What the task asks:
Within the listing below, please copy exactly the lines between the line holding "#82=ORIENTED_EDGE('',*,*,#81,.F.);" and the line holding "#123=EDGE_CURVE('',#121,#108,#122,.T.);", inclusive.

Recorded data:
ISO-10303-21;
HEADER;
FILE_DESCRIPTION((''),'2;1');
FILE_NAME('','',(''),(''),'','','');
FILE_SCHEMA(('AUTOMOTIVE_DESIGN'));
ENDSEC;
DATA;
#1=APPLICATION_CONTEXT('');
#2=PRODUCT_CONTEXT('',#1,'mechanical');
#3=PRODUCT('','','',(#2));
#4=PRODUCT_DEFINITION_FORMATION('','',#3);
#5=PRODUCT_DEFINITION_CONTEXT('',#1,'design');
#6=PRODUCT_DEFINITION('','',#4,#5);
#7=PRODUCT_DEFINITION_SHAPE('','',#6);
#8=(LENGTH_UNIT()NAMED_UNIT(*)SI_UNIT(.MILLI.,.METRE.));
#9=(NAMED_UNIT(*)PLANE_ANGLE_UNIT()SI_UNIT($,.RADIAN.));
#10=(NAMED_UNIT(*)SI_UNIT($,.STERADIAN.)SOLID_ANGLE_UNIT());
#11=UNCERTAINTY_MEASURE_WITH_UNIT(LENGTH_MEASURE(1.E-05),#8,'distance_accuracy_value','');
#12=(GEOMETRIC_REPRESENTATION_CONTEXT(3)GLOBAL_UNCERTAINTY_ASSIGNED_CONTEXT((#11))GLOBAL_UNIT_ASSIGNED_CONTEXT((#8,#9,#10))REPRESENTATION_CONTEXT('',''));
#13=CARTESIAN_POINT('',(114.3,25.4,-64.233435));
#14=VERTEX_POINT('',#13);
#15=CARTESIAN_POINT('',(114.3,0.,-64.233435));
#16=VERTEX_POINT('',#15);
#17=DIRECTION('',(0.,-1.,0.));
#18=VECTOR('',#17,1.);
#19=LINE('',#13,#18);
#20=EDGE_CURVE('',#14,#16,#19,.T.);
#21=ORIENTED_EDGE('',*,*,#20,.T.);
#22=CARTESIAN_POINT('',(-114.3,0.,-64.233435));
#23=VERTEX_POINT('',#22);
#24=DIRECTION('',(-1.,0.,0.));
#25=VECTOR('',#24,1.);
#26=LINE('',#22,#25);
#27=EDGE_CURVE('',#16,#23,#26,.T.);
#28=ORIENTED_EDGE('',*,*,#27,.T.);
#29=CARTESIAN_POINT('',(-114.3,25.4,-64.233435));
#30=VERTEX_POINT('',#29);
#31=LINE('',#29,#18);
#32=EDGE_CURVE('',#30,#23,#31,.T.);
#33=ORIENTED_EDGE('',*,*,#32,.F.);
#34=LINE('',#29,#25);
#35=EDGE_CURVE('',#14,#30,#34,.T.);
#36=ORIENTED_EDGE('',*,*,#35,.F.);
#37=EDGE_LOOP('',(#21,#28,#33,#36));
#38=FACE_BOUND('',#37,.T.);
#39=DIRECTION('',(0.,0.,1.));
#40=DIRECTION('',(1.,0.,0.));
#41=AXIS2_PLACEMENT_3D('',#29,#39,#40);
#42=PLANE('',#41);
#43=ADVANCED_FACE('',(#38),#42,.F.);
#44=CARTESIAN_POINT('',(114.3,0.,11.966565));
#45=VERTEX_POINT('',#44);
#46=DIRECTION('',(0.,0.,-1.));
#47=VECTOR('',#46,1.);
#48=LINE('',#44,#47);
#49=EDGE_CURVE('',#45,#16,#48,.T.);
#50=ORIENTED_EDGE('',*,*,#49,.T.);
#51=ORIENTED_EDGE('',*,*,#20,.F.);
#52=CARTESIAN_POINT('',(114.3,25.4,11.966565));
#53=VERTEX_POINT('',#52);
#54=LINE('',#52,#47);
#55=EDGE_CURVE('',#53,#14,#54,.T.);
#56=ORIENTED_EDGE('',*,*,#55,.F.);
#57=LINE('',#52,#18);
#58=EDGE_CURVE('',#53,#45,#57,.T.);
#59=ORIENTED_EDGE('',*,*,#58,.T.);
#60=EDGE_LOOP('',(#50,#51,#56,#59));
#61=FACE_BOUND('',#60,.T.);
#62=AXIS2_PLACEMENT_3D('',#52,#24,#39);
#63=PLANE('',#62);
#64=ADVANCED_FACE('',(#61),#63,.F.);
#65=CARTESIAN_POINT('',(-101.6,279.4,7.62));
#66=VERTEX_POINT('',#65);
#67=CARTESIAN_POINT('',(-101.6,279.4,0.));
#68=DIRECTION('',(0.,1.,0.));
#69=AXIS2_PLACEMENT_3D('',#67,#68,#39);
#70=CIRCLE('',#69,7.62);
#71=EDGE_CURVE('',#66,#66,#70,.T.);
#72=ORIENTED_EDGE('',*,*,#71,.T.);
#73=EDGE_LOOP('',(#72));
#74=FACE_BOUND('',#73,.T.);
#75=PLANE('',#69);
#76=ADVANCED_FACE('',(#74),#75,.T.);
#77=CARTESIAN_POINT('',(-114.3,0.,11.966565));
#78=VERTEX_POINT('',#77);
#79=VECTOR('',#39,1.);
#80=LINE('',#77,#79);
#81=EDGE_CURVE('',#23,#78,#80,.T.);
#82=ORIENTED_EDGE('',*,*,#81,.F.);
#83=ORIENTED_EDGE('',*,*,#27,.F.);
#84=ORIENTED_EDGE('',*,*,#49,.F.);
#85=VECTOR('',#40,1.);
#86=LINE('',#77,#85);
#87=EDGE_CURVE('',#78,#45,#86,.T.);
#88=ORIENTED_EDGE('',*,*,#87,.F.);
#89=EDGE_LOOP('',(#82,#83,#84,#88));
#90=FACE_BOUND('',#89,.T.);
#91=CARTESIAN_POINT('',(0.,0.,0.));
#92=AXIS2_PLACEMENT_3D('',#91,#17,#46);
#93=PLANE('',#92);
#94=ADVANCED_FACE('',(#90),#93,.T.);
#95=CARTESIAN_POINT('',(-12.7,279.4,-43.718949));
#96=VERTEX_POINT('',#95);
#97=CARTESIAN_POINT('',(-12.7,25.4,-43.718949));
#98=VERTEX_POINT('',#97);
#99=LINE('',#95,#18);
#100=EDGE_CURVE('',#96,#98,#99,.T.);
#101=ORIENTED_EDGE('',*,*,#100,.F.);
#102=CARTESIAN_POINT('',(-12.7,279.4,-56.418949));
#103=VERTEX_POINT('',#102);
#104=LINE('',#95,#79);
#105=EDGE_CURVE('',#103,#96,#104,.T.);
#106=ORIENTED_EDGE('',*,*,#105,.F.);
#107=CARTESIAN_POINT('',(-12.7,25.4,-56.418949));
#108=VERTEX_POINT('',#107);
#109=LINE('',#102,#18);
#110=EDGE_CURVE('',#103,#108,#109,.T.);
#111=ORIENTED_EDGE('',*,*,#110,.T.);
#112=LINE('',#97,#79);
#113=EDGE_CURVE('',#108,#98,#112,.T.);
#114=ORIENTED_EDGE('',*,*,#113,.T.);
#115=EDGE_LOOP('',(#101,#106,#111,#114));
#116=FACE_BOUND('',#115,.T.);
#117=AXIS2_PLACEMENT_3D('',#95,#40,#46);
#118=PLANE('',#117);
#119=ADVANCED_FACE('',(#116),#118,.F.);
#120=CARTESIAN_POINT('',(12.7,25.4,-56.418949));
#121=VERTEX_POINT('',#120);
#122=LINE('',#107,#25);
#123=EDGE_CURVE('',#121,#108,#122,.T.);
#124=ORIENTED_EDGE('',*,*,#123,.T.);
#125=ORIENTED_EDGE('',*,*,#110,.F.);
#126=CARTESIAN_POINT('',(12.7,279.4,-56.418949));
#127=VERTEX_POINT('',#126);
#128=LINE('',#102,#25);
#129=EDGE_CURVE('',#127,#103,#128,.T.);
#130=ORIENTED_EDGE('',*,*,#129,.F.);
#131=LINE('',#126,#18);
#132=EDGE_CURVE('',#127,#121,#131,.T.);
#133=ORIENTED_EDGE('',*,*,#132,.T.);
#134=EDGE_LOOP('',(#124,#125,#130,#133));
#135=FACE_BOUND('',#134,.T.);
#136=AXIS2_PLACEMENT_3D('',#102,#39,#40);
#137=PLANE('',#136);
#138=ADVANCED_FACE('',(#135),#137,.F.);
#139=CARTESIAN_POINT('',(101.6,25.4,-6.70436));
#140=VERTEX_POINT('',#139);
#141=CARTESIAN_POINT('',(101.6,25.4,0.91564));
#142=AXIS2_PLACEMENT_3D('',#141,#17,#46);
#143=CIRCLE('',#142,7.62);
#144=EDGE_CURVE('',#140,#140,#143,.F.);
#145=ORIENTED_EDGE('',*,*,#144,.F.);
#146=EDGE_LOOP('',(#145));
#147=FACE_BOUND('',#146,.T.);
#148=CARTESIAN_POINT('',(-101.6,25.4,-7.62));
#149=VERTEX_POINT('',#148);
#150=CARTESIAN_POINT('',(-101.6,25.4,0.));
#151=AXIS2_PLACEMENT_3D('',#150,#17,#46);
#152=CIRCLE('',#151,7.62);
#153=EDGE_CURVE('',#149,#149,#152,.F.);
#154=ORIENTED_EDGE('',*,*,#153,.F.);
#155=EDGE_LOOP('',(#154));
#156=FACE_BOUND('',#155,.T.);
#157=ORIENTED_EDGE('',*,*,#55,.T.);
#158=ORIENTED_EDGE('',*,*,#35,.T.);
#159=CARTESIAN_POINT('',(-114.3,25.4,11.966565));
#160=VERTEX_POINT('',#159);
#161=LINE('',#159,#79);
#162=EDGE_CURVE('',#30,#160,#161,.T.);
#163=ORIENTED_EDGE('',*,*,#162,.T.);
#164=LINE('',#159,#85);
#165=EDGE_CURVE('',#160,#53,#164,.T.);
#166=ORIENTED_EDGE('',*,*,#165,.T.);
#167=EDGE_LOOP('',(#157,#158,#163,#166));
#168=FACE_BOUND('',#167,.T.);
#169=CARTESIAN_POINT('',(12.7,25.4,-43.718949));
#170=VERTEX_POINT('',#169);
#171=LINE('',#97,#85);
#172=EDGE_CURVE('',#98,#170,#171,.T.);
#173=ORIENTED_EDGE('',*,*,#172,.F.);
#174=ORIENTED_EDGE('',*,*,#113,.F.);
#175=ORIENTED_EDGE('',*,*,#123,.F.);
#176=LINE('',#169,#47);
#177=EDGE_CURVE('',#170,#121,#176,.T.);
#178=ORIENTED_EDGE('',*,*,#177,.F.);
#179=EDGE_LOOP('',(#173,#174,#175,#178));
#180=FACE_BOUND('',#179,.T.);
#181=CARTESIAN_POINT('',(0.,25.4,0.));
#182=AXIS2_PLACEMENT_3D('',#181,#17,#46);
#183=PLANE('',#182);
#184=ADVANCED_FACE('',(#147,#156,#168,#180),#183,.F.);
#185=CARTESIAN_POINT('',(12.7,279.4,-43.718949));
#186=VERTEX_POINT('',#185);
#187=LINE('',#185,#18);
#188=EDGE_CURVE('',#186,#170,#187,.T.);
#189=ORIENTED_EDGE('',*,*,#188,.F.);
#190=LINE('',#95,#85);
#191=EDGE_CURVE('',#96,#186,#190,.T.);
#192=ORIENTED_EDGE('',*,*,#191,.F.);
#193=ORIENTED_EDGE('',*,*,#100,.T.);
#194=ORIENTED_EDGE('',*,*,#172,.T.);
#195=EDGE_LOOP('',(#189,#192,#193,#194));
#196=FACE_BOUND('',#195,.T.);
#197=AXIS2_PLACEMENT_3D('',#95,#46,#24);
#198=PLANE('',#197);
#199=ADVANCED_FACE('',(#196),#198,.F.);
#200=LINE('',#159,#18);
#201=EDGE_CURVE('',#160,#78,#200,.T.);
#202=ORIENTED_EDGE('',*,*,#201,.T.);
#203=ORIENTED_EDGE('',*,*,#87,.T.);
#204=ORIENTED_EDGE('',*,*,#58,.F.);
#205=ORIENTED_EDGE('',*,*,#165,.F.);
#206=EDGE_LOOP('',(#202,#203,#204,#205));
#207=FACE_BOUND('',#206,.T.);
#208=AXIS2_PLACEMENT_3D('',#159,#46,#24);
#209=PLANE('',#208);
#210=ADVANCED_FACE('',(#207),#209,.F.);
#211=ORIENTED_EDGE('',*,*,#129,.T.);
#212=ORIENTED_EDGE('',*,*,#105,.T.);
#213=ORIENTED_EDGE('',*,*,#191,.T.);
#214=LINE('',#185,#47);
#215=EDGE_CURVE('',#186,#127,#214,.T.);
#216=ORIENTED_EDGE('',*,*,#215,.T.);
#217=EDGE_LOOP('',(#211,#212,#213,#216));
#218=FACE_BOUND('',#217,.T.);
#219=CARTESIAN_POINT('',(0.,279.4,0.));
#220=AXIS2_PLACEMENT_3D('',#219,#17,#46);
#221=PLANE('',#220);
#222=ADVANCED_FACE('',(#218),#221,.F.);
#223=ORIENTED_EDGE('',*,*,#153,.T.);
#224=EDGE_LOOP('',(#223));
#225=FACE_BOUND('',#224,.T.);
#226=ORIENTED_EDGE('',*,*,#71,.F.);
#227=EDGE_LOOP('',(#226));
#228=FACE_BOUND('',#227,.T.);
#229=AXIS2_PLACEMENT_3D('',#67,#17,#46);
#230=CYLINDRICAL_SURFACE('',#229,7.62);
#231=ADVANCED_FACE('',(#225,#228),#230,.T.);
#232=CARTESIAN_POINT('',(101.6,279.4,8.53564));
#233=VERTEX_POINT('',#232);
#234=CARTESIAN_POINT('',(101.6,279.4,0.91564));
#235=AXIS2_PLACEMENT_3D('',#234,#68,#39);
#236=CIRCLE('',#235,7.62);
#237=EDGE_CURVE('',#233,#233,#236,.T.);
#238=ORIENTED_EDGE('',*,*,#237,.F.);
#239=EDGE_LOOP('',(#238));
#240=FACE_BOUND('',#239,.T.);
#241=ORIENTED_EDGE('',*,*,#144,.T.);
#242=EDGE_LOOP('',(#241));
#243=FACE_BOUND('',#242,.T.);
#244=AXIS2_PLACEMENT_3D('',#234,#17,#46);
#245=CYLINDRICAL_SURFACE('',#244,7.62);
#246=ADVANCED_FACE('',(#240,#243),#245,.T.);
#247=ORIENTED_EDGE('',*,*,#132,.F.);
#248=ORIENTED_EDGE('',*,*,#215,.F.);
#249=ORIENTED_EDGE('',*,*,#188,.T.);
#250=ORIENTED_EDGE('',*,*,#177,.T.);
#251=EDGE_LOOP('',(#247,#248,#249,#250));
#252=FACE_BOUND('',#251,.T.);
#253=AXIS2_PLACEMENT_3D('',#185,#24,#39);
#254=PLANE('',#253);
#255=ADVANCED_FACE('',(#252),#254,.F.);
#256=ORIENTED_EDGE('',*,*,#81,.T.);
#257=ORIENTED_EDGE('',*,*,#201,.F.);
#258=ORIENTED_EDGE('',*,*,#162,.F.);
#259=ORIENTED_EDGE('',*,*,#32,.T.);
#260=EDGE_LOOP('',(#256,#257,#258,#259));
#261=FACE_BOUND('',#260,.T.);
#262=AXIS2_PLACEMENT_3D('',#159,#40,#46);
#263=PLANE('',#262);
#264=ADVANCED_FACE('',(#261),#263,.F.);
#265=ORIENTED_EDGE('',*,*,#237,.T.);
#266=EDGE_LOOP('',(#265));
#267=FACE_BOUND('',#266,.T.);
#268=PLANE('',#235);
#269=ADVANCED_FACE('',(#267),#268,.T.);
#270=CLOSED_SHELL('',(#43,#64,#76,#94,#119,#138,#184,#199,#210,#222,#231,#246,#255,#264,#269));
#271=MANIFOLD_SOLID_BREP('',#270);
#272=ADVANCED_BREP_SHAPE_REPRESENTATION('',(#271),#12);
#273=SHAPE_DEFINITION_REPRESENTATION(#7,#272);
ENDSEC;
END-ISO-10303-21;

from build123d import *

# Parameters (mm, degrees)
SKETCH1_W           = 228.6
SKETCH1_H           = 76.2
BOSS_EXTRUDE1_DEPTH = 25.4
SKETCH2_R           = 7.62
SKETCH2_W           = 25.4
SKETCH2_H           = 12.7
BOSS_EXTRUDE2_DEPTH = 254


with BuildPart() as part:
    # Sketch1 → Boss-Extrude1 (new body)
    with BuildSketch(Plane(origin=(0, 0, 0), x_dir=(1, 0, 0), z_dir=(0, 1, 0))):
        with Locations((0, 26.13343465)):
            Rectangle(SKETCH1_W, SKETCH1_H)
    extrude(amount=BOSS_EXTRUDE1_DEPTH)

    # Sketch2 → Boss-Extrude2 (add)
    with BuildSketch(Plane(origin=(0, 25.4, 0), x_dir=(1, 0, 0), z_dir=(0, 1, 0))):
        with Locations(Location((-101.6, 0, 0), (0, 0, 90))):
            Circle(SKETCH2_R)
        with Locations(Location((101.6, -0.915640228, 0), (0, 0, 90))):
            Circle(SKETCH2_R)
        with Locations((0, 50.068949407)):
            Rectangle(SKETCH2_W, SKETCH2_H)
    extrude(amount=BOSS_EXTRUDE2_DEPTH)


solid = part.part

Exercise output:
#82=ORIENTED_EDGE('',*,*,#81,.F.);
#83=ORIENTED_EDGE('',*,*,#27,.F.);
#84=ORIENTED_EDGE('',*,*,#49,.F.);
#85=VECTOR('',#40,1.);
#86=LINE('',#77,#85);
#87=EDGE_CURVE('',#78,#45,#86,.T.);
#88=ORIENTED_EDGE('',*,*,#87,.F.);
#89=EDGE_LOOP('',(#82,#83,#84,#88));
#90=FACE_BOUND('',#89,.T.);
#91=CARTESIAN_POINT('',(0.,0.,0.));
#92=AXIS2_PLACEMENT_3D('',#91,#17,#46);
#93=PLANE('',#92);
#94=ADVANCED_FACE('',(#90),#93,.T.);
#95=CARTESIAN_POINT('',(-12.7,279.4,-43.718949));
#96=VERTEX_POINT('',#95);
#97=CARTESIAN_POINT('',(-12.7,25.4,-43.718949));
#98=VERTEX_POINT('',#97);
#99=LINE('',#95,#18);
#100=EDGE_CURVE('',#96,#98,#99,.T.);
#101=ORIENTED_EDGE('',*,*,#100,.F.);
#102=CARTESIAN_POINT('',(-12.7,279.4,-56.418949));
#103=VERTEX_POINT('',#102);
#104=LINE('',#95,#79);
#105=EDGE_CURVE('',#103,#96,#104,.T.);
#106=ORIENTED_EDGE('',*,*,#105,.F.);
#107=CARTESIAN_POINT('',(-12.7,25.4,-56.418949));
#108=VERTEX_POINT('',#107);
#109=LINE('',#102,#18);
#110=EDGE_CURVE('',#103,#108,#109,.T.);
#111=ORIENTED_EDGE('',*,*,#110,.T.);
#112=LINE('',#97,#79);
#113=EDGE_CURVE('',#108,#98,#112,.T.);
#114=ORIENTED_EDGE('',*,*,#113,.T.);
#115=EDGE_LOOP('',(#101,#106,#111,#114));
#116=FACE_BOUND('',#115,.T.);
#117=AXIS2_PLACEMENT_3D('',#95,#40,#46);
#118=PLANE('',#117);
#119=ADVANCED_FACE('',(#116),#118,.F.);
#120=CARTESIAN_POINT('',(12.7,25.4,-56.418949));
#121=VERTEX_POINT('',#120);
#122=LINE('',#107,#25);
#123=EDGE_CURVE('',#121,#108,#122,.T.);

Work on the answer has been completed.